# Recorded data:
====

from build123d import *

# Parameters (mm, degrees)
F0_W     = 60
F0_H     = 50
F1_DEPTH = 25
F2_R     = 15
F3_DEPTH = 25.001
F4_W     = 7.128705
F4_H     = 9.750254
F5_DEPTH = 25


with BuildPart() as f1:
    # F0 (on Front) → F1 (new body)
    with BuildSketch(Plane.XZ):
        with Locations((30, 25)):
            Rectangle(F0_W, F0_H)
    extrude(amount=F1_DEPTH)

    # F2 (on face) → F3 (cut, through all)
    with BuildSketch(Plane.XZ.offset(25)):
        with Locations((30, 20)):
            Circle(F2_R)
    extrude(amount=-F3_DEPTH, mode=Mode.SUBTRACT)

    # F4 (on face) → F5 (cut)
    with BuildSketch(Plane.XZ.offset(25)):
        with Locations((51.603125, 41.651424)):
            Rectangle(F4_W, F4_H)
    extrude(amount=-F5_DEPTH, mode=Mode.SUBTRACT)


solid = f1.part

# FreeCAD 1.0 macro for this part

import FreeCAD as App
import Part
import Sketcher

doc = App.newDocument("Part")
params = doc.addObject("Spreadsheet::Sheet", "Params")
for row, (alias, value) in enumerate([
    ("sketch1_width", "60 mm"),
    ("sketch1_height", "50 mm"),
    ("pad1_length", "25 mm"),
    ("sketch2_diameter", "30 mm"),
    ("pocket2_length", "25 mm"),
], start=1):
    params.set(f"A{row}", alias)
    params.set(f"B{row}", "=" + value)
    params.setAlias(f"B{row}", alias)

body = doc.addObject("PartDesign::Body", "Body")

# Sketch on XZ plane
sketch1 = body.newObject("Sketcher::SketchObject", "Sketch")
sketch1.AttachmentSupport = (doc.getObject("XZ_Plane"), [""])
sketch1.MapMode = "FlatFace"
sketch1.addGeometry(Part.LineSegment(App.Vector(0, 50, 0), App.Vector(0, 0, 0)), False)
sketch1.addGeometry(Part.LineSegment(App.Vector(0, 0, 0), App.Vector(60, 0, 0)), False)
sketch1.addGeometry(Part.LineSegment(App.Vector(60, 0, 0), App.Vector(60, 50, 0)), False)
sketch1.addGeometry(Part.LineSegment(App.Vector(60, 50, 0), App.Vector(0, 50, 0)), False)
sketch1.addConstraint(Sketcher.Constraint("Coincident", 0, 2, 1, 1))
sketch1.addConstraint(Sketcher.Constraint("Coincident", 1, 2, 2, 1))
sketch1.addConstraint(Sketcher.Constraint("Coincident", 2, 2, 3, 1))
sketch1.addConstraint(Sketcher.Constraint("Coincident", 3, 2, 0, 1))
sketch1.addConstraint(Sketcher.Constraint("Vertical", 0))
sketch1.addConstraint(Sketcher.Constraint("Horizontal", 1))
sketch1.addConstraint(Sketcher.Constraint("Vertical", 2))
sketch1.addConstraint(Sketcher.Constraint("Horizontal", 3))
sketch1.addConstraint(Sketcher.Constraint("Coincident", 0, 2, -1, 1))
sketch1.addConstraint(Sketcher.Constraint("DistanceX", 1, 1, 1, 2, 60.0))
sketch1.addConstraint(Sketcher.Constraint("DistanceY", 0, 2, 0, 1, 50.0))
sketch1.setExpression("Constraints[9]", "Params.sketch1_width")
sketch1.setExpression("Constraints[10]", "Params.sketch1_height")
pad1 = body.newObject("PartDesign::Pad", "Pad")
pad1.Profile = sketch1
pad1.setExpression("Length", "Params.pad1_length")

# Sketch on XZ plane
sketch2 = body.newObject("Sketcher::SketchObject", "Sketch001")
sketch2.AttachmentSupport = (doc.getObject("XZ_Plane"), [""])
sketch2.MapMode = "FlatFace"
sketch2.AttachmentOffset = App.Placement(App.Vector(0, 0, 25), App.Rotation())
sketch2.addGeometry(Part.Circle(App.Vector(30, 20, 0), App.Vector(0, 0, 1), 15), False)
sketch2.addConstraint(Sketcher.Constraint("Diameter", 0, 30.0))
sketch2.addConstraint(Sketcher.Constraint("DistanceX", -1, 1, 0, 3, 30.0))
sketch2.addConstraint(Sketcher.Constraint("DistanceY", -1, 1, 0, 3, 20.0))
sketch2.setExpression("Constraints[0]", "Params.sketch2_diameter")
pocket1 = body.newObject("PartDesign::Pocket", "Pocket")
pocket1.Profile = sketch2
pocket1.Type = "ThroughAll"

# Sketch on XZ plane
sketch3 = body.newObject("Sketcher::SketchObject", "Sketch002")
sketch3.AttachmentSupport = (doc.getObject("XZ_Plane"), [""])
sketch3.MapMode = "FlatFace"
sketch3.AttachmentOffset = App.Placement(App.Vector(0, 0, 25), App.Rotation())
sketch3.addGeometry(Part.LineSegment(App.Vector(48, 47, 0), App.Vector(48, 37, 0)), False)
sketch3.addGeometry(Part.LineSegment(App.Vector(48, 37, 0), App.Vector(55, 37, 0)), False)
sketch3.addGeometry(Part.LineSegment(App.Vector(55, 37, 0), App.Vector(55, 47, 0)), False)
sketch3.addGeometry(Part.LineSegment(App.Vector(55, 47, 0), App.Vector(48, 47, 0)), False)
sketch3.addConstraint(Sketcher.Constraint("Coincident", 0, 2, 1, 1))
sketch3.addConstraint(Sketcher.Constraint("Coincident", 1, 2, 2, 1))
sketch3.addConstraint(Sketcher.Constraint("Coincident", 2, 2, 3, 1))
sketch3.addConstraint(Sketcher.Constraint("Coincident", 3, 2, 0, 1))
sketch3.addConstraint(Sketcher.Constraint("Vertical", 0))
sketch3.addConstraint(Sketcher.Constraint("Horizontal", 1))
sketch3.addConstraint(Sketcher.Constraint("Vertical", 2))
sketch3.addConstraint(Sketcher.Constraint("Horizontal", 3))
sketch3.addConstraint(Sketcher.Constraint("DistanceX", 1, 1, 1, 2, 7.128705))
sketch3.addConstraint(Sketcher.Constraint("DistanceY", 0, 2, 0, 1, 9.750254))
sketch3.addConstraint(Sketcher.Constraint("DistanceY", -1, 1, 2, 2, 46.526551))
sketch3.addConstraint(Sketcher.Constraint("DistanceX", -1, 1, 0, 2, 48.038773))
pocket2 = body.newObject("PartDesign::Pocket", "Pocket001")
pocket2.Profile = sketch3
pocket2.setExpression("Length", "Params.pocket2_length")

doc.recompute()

====

# Task brief:
Write out the records in full, word for word.

# Task solution:
from build123d import *

# Parameters (mm, degrees)
F0_W     = 60
F0_H     = 50
F1_DEPTH = 25
F2_R     = 15
F3_DEPTH = 25.001
F4_W     = 7.128705
F4_H     = 9.750254
F5_DEPTH = 25


with BuildPart() as f1:
    # F0 (on Front) → F1 (new body)
    with BuildSketch(Plane.XZ):
        with Locations((30, 25)):
            Rectangle(F0_W, F0_H)
    extrude(amount=F1_DEPTH)

    # F2 (on face) → F3 (cut, through all)
    with BuildSketch(Plane.XZ.offset(25)):
        with Locations((30, 20)):
            Circle(F2_R)
    extrude(amount=-F3_DEPTH, mode=Mode.SUBTRACT)

    # F4 (on face) → F5 (cut)
    with BuildSketch(Plane.XZ.offset(25)):
        with Locations((51.603125, 41.651424)):
            Rectangle(F4_W, F4_H)
    extrude(amount=-F5_DEPTH, mode=Mode.SUBTRACT)


solid = f1.part

# FreeCAD 1.0 macro for this part

import FreeCAD as App
import Part
import Sketcher

doc = App.newDocument("Part")
params = doc.addObject("Spreadsheet::Sheet", "Params")
for row, (alias, value) in enumerate([
    ("sketch1_width", "60 mm"),
    ("sketch1_height", "50 mm"),
    ("pad1_length", "25 mm"),
    ("sketch2_diameter", "30 mm"),
    ("pocket2_length", "25 mm"),
], start=1):
    params.set(f"A{row}", alias)
    params.set(f"B{row}", "=" + value)
    params.setAlias(f"B{row}", alias)

body = doc.addObject("PartDesign::Body", "Body")

# Sketch on XZ plane
sketch1 = body.newObject("Sketcher::SketchObject", "Sketch")
sketch1.AttachmentSupport = (doc.getObject("XZ_Plane"), [""])
sketch1.MapMode = "FlatFace"
sketch1.addGeometry(Part.LineSegment(App.Vector(0, 50, 0), App.Vector(0, 0, 0)), False)
sketch1.addGeometry(Part.LineSegment(App.Vector(0, 0, 0), App.Vector(60, 0, 0)), False)
sketch1.addGeometry(Part.LineSegment(App.Vector(60, 0, 0), App.Vector(60, 50, 0)), False)
sketch1.addGeometry(Part.LineSegment(App.Vector(60, 50, 0), App.Vector(0, 50, 0)), False)
sketch1.addConstraint(Sketcher.Constraint("Coincident", 0, 2, 1, 1))
sketch1.addConstraint(Sketcher.Constraint("Coincident", 1, 2, 2, 1))
sketch1.addConstraint(Sketcher.Constraint("Coincident", 2, 2, 3, 1))
sketch1.addConstraint(Sketcher.Constraint("Coincident", 3, 2, 0, 1))
sketch1.addConstraint(Sketcher.Constraint("Vertical", 0))
sketch1.addConstraint(Sketcher.Constraint("Horizontal", 1))
sketch1.addConstraint(Sketcher.Constraint("Vertical", 2))
sketch1.addConstraint(Sketcher.Constraint("Horizontal", 3))
sketch1.addConstraint(Sketcher.Constraint("Coincident", 0, 2, -1, 1))
sketch1.addConstraint(Sketcher.Constraint("DistanceX", 1, 1, 1, 2, 60.0))
sketch1.addConstraint(Sketcher.Constraint("DistanceY", 0, 2, 0, 1, 50.0))
sketch1.setExpression("Constraints[9]", "Params.sketch1_width")
sketch1.setExpression("Constraints[10]", "Params.sketch1_height")
pad1 = body.newObject("PartDesign::Pad", "Pad")
pad1.Profile = sketch1
pad1.setExpression("Length", "Params.pad1_length")

# Sketch on XZ plane
sketch2 = body.newObject("Sketcher::SketchObject", "Sketch001")
sketch2.AttachmentSupport = (doc.getObject("XZ_Plane"), [""])
sketch2.MapMode = "FlatFace"
sketch2.AttachmentOffset = App.Placement(App.Vector(0, 0, 25), App.Rotation())
sketch2.addGeometry(Part.Circle(App.Vector(30, 20, 0), App.Vector(0, 0, 1), 15), False)
sketch2.addConstraint(Sketcher.Constraint("Diameter", 0, 30.0))
sketch2.addConstraint(Sketcher.Constraint("DistanceX", -1, 1, 0, 3, 30.0))
sketch2.addConstraint(Sketcher.Constraint("DistanceY", -1, 1, 0, 3, 20.0))
sketch2.setExpression("Constraints[0]", "Params.sketch2_diameter")
pocket1 = body.newObject("PartDesign::Pocket", "Pocket")
pocket1.Profile = sketch2
pocket1.Type = "ThroughAll"

# Sketch on XZ plane
sketch3 = body.newObject("Sketcher::SketchObject", "Sketch002")
sketch3.AttachmentSupport = (doc.getObject("XZ_Plane"), [""])
sketch3.MapMode = "FlatFace"
sketch3.AttachmentOffset = App.Placement(App.Vector(0, 0, 25), App.Rotation())
sketch3.addGeometry(Part.LineSegment(App.Vector(48, 47, 0), App.Vector(48, 37, 0)), False)
sketch3.addGeometry(Part.LineSegment(App.Vector(48, 37, 0), App.Vector(55, 37, 0)), False)
sketch3.addGeometry(Part.LineSegment(App.Vector(55, 37, 0), App.Vector(55, 47, 0)), False)
sketch3.addGeometry(Part.LineSegment(App.Vector(55, 47, 0), App.Vector(48, 47, 0)), False)
sketch3.addConstraint(Sketcher.Constraint("Coincident", 0, 2, 1, 1))
sketch3.addConstraint(Sketcher.Constraint("Coincident", 1, 2, 2, 1))
sketch3.addConstraint(Sketcher.Constraint("Coincident", 2, 2, 3, 1))
sketch3.addConstraint(Sketcher.Constraint("Coincident", 3, 2, 0, 1))
sketch3.addConstraint(Sketcher.Constraint("Vertical", 0))
sketch3.addConstraint(Sketcher.Constraint("Horizontal", 1))
sketch3.addConstraint(Sketcher.Constraint("Vertical", 2))
sketch3.addConstraint(Sketcher.Constraint("Horizontal", 3))
sketch3.addConstraint(Sketcher.Constraint("DistanceX", 1, 1, 1, 2, 7.128705))
sketch3.addConstraint(Sketcher.Constraint("DistanceY", 0, 2, 0, 1, 9.750254))
sketch3.addConstraint(Sketcher.Constraint("DistanceY", -1, 1, 2, 2, 46.526551))
sketch3.addConstraint(Sketcher.Constraint("DistanceX", -1, 1, 0, 2, 48.038773))
pocket2 = body.newObject("PartDesign::Pocket", "Pocket001")
pocket2.Profile = sketch3
pocket2.setExpression("Length", "Params.pocket2_length")

doc.recompute()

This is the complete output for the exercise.